1 Discovery of the pass 2 Naming of the pass 3 The summit switchback 4 Stampede Tunnel 5 Double tracking 6 Recreational access 7 See also 8 External links 9 References
Discovery of the pass
The pass was discovered by Virgil Bogue, a civil engineer for the
Northern Pacific. (Bogue went on to become chief engineer of the Union
"About January 1 of 1881, I received instructions from Colonel Isaac W. Smith to explore Tacoma Pass, which had been discovered by J.T. Sheets in the Autumn previous, and the range to the north of that pass to some point, which would cover all possible passes, that might lead out of the Green River, Washington in that direction. In the Autumn previous, four cabins had been built by a party under Colonel Smith's direction in suitable localities, between Thorpe's Prairie, subsequently known as Supply Camp, and a point four or five miles west of Tacoma Pass. A party of three or four men, well supplied with provisions, had been left at Thorpe's Prairie during the winter, with instructions to be ready for any orders they might receive. When we left Tacoma, therefore, to begin the exploration, orders were sent to these men to cross the range, and build a fifth cabin as far down Green River as practicable, and to try to meet the party exploring from the West.
"We left Tacoma without any delay and went to McClintock's situated on the divide between White River and Green River (near Enumclaw, Washington). From McClintock's we were obliged to cut a trail through the brush and fallen logs. Our first camp at McClintock's was January 17, 1881. We worked steadily at the trail, moving camp frequently, and camped on Green River at a point 500 to 1,000 feet east of the present second crossing of that stream on January 26, 1881.
"Our camp on Green River was Camp No. 5.
"We continued our work on the trail, arriving and camping at Camp No. 7 on February 8, 1881, on Green River at the mouth of a stream which we subsequently called Canoe Creek, because we tried to make a canoe there and failed.
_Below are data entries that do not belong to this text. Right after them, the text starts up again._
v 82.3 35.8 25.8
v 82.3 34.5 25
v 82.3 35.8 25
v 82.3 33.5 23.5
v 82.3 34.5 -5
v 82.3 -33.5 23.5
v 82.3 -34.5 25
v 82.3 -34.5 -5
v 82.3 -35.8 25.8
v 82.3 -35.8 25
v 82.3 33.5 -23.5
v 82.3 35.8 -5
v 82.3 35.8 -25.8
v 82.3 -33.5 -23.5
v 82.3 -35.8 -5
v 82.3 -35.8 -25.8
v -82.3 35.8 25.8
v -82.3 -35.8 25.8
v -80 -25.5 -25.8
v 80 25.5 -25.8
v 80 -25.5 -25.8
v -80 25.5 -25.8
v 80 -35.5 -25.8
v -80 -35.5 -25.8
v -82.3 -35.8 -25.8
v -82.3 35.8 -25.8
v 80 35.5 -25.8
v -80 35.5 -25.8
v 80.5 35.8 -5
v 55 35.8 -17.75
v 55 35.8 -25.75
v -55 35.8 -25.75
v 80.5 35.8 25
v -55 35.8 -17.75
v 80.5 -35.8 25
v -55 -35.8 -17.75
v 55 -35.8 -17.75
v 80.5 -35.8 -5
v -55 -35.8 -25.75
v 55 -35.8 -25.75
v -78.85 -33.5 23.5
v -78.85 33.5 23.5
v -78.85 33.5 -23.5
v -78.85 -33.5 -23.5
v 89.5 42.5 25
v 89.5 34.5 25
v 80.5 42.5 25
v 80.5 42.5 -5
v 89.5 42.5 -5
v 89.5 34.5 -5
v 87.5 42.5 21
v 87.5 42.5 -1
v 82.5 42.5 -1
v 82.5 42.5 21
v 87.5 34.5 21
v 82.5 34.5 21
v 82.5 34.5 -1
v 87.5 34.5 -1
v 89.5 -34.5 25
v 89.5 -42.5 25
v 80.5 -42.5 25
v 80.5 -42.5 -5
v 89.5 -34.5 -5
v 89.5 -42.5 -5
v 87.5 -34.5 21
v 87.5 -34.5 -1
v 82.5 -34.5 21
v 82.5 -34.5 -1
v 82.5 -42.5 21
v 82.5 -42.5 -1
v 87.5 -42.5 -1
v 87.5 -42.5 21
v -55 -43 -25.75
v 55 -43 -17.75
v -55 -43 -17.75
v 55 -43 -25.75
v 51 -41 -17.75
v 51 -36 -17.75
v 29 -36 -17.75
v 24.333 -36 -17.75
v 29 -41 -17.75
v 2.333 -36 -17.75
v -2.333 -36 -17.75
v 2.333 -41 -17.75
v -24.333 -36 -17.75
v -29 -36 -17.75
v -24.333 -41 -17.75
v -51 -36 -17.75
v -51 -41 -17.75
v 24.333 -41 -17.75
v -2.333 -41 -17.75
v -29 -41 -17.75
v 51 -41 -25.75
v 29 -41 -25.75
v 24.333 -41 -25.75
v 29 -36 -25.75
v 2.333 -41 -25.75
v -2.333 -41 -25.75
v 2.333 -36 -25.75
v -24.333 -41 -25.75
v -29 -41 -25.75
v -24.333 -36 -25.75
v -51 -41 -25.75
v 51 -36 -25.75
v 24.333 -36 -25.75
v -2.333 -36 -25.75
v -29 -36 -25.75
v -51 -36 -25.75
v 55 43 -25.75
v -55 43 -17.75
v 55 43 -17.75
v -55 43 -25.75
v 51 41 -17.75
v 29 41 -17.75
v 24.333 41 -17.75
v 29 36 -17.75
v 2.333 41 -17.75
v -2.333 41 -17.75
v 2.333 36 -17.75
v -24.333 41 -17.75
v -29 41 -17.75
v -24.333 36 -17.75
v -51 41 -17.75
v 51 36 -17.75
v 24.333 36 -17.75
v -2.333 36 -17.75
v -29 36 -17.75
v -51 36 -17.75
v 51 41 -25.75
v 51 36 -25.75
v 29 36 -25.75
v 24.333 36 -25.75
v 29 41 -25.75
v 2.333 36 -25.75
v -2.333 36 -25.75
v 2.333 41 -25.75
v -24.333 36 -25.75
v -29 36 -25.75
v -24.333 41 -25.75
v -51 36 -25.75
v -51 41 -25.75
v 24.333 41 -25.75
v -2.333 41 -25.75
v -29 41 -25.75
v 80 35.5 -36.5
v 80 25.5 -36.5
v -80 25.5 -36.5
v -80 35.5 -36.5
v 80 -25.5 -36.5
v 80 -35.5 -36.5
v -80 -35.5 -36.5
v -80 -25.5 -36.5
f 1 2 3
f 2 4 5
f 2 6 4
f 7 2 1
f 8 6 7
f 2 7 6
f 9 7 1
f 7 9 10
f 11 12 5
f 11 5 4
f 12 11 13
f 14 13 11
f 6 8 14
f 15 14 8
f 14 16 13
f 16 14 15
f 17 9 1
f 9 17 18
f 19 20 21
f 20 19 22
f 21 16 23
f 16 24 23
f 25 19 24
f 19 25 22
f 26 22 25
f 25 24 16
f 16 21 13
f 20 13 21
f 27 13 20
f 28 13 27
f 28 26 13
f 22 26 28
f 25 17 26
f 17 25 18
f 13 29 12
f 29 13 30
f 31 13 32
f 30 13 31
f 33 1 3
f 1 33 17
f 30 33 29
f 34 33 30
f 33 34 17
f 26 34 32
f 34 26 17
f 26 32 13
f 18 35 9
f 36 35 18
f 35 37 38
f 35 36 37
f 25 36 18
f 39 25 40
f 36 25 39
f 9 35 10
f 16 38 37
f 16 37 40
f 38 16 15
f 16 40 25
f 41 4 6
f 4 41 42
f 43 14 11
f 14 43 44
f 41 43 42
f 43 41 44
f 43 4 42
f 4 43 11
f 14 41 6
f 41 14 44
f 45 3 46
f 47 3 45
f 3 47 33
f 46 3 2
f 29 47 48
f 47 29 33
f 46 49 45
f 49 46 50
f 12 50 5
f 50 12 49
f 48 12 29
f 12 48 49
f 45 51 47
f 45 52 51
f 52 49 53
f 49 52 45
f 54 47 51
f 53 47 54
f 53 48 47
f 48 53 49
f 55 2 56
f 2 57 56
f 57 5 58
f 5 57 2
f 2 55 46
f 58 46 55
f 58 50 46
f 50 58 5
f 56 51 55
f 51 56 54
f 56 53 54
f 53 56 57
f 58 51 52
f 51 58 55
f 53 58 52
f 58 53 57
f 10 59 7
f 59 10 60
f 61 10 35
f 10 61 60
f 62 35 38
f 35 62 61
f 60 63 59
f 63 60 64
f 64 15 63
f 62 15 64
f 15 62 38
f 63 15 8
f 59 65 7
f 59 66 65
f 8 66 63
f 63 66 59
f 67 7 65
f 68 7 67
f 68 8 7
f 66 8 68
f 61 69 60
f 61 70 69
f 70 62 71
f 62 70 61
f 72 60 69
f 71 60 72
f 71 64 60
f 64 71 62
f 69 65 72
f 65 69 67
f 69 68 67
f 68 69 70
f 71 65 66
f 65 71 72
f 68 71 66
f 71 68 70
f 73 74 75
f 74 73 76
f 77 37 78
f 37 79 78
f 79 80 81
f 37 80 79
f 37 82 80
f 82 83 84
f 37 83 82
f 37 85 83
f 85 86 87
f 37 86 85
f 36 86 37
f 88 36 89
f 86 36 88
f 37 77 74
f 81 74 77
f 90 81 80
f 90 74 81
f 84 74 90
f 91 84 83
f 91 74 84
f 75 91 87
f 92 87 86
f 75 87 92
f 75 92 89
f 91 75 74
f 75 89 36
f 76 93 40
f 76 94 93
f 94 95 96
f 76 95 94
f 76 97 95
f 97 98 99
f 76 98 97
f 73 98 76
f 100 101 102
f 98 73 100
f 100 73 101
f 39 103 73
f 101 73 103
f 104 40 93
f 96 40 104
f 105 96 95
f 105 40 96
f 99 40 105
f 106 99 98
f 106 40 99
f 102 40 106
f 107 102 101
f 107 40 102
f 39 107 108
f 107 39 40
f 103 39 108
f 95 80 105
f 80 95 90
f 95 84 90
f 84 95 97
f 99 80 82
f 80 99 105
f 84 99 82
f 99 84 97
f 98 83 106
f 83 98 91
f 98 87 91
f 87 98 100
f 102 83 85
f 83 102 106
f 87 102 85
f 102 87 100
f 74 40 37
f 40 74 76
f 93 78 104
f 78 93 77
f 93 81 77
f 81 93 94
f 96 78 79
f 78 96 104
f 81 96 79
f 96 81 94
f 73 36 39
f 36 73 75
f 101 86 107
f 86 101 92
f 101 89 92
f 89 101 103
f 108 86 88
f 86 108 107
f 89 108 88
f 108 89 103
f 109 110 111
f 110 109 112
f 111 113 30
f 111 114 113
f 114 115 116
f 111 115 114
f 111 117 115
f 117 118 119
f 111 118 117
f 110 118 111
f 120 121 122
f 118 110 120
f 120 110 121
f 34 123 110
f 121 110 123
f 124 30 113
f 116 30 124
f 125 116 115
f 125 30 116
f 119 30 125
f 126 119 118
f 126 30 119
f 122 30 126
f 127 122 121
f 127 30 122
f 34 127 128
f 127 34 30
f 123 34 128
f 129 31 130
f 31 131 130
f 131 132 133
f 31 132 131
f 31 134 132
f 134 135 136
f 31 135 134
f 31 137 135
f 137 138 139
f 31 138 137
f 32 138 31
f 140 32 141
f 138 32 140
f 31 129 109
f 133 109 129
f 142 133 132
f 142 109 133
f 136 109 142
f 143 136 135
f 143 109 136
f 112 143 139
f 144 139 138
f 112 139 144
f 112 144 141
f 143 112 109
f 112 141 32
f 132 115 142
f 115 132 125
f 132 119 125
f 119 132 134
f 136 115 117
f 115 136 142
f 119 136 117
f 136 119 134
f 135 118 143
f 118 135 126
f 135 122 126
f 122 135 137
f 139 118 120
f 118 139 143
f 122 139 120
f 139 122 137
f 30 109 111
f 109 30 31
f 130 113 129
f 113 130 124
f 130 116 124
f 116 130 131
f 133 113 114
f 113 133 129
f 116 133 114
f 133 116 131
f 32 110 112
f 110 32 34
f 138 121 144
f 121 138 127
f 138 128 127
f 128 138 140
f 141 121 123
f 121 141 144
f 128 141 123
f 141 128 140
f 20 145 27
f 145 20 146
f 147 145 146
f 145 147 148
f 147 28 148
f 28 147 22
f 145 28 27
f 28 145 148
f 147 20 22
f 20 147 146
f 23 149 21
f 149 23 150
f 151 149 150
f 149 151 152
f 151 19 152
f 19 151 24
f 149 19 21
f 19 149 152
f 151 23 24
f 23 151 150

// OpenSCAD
/**
 * Battery Holder
 * ==============
 * Secure mounting system for FullSend 10A batteries
 *
 * Self-contained: all parameters and helper modules live in this file.
 */

// =============================================================================
// PARAMETERS
// =============================================================================

// FullSend 10A battery dimensions (mm)
BATTERY_LENGTH = 160;
BATTERY_WIDTH = 67;
BATTERY_DEPTH = 47;
BATTERY_CLEARANCE = 2.3;  // inner spacing around battery

// Strap handle dimensions (mm)
STRAP_HANDLE_THICKNESS = 4;
STRAP_HANDLE_WIDTH = 8;
STRAP_HANDLE_HEIGHT = 5;

// =============================================================================
// STRAP HANDLE
// =============================================================================

/**
 * Strap Handle - zip-tie or velcro strap loop
 * Used for securing the battery to the bay
 */
module strap_handle() {
    thickness = STRAP_HANDLE_THICKNESS;
    width = STRAP_HANDLE_WIDTH;
    height = STRAP_HANDLE_HEIGHT;

    difference() {
        // Outer block
        cube([22 + 2*thickness, width, height + thickness], center=true);

        // Inner cutout for strap
        cube([22, width + 1, height], center=true);
    }
}

// =============================================================================
// FULLSEND 10A BATTERY BAY
// =============================================================================

/**
 * FullSend 10A Battery Holder
 *
 * Features:
 *   - Protective enclosure with one open side for easy insertion
 *   - Multiple strap handle positions for secure retention
 *   - Handles on rear, middle-front, and middle-back
 *   - Optimized for 160x65x45mm battery pack
 *
 * Battery Specifications:
 *   - Length: 160mm
 *   - Width: 65mm
 *   - Depth: 45mm
 */
module fullsend10a_battery_bay() {
    inner_space = BATTERY_CLEARANCE;
    batt_length = BATTERY_LENGTH;
    batt_width = BATTERY_WIDTH;
    batt_depth = BATTERY_DEPTH;

    // =========================================================================
    // Main Battery Enclosure
    // =========================================================================

    difference() {
        // Outer shell
        cube([
            batt_length + 2*inner_space,
            batt_width + 2*inner_space,
            batt_depth + 2*inner_space
        ], center=true);

        // Inner cavity (offset for single open side)
        translate([inner_space, 0, 0])
            cube([
                batt_length + inner_space,
                batt_width,
                batt_depth
            ], center=true);
    }

    // =========================================================================
    // Strap Handles - Rear Position
    // =========================================================================

    // Rear left handle
    rotate([0, -90, 0])
        translate([10, batt_width/2 + 5, -batt_length/2 - 5])
            strap_handle();

    // Rear right handle
    rotate([0, -90, 0])
        translate([10, -batt_width/2 - 5, -batt_length/2 - 5])
            strap_handle();

    // =========================================================================
    // Strap Handles - Middle-Front Position (Bottom)
    // =========================================================================

    // Front-left position 1
    translate([batt_length/12, -batt_width/2 - 5, -batt_depth/2 + 1.75])
        rotate([90, 0, 0])
            strap_handle();

    // Front-left position 2
    translate([-batt_length/12, -batt_width/2 - 5, -batt_depth/2 + 1.75])
        rotate([90, 0, 0])
            strap_handle();

    // Front-left position 3
    translate([batt_length/4, -batt_width/2 - 5, -batt_depth/2 + 1.75])
        rotate([90, 0, 0])
            strap_handle();

    // Front-left position 4
    translate([-batt_length/4, -batt_width/2 - 5, -batt_depth/2 + 1.75])
        rotate([90, 0, 0])
            strap_handle();

    // =========================================================================
    // Strap Handles - Middle-Back Position (Top)
    // =========================================================================

    // Back-right position 1
    translate([batt_length/12, batt_width/2 + 5, -batt_depth/2 + 1.75])
        rotate([90, 0, 0])
            strap_handle();

    // Back-right position 2
    translate([-batt_length/12, batt_width/2 + 5, -batt_depth/2 + 1.75])
        rotate([90, 0, 0])
            strap_handle();

    // Back-right position 3
    translate([batt_length/4, batt_width/2 + 5, -batt_depth/2 + 1.75])
        rotate([90, 0, 0])
            strap_handle();

    // Back-right position 4
    translate([-batt_length/4, batt_width/2 + 5, -batt_depth/2 + 1.75])
        rotate([90, 0, 0])
            strap_handle();
            
    // ======================================================================
    // wire passage
    // ======================================================================
    translate([0, batt_width/2-3 , -batt_depth/2 - 7])
        cube ([batt_length,10,12],center=true);
    translate([0, -batt_width/2+3, -batt_depth/2 -7])
        cube ([batt_length,10,12],center=true);


}

// =============================================================================
// USAGE EXAMPLES (uncomment to render)
// =============================================================================

// Render battery bay
fullsend10a_battery_bay();

// =============================================================================
// PRINTING NOTES
// =============================================================================

/*
 * Recommended Print Settings:
 *   - Layer Height: 0.2mm - 0.3mm
 *   - Wall Count: 3-4 perimeters
 *   - Infill: 20-30% gyroid or honeycomb
 *   - Support: May need support for strap handles depending on orientation
 *
 * Recommended Orientation:
 *   - Print with battery opening facing up for minimal supports
 *   - Strap handles may need light support material
 *
 * Post-Processing:
 *   - Test fit battery before installing
 *   - Use 20-25mm wide velcro/battery straps
 *   - Ensure clearance is adequate (adjust BATTERY_CLEARANCE above if needed)
 */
The snow on our arrival, was about two feet deep and crusted over. We found that the pack trains could go no farther, and that it was quite impracticable to cut out a trail. We concluded therefore, to take to the sleds with which we had been provided, packing on men's backs, in steep places where the sleds could not be used. The party was supplied with snow shoes; but it was not always practicable to use them.
"With pack-trains bringing supplies to the shed at Canoe Creek, and sleds, etc., beyond, the party kept on, arriving at Camp No. 10 on February 19. At this place we were obliged to remain four days, owing to a rain storm which flooded all the streams in the river to such an extent that they were practically impassable. the morning of February 24 we got under way again, and shortly after leaving camp, saw a large eagle soaring above our heads, and from this circumstance named the camp we had left 'Eagle Gorge.'
"On March 2, we reached Camp No. 13 on Green River, not far about the mouthy of what was subsequently known as Smay Creek, (near Maywood) [Smay Creek forms the western boundary of what in 1911 became Elmer G. Morgan's Nagrom]. the labor and exposure of the party since leaving Canoe Creek as well as before had somewhat discouraged some of the men, and I determined to push on from this point with a small party of three or four, without any outfit but provisions for a few days, with the hope of finding the cabin, which the party at Thorpe's Prairie had been instructed to build as above described.
"Giving the men who remained behind orders to spend their time in getting provisions up to their camp from Canoe Creek, until they should hear from me, I started on my trip on the morning of March 3, my companions being Joe Wilson, Indian Peter and Indian Charley.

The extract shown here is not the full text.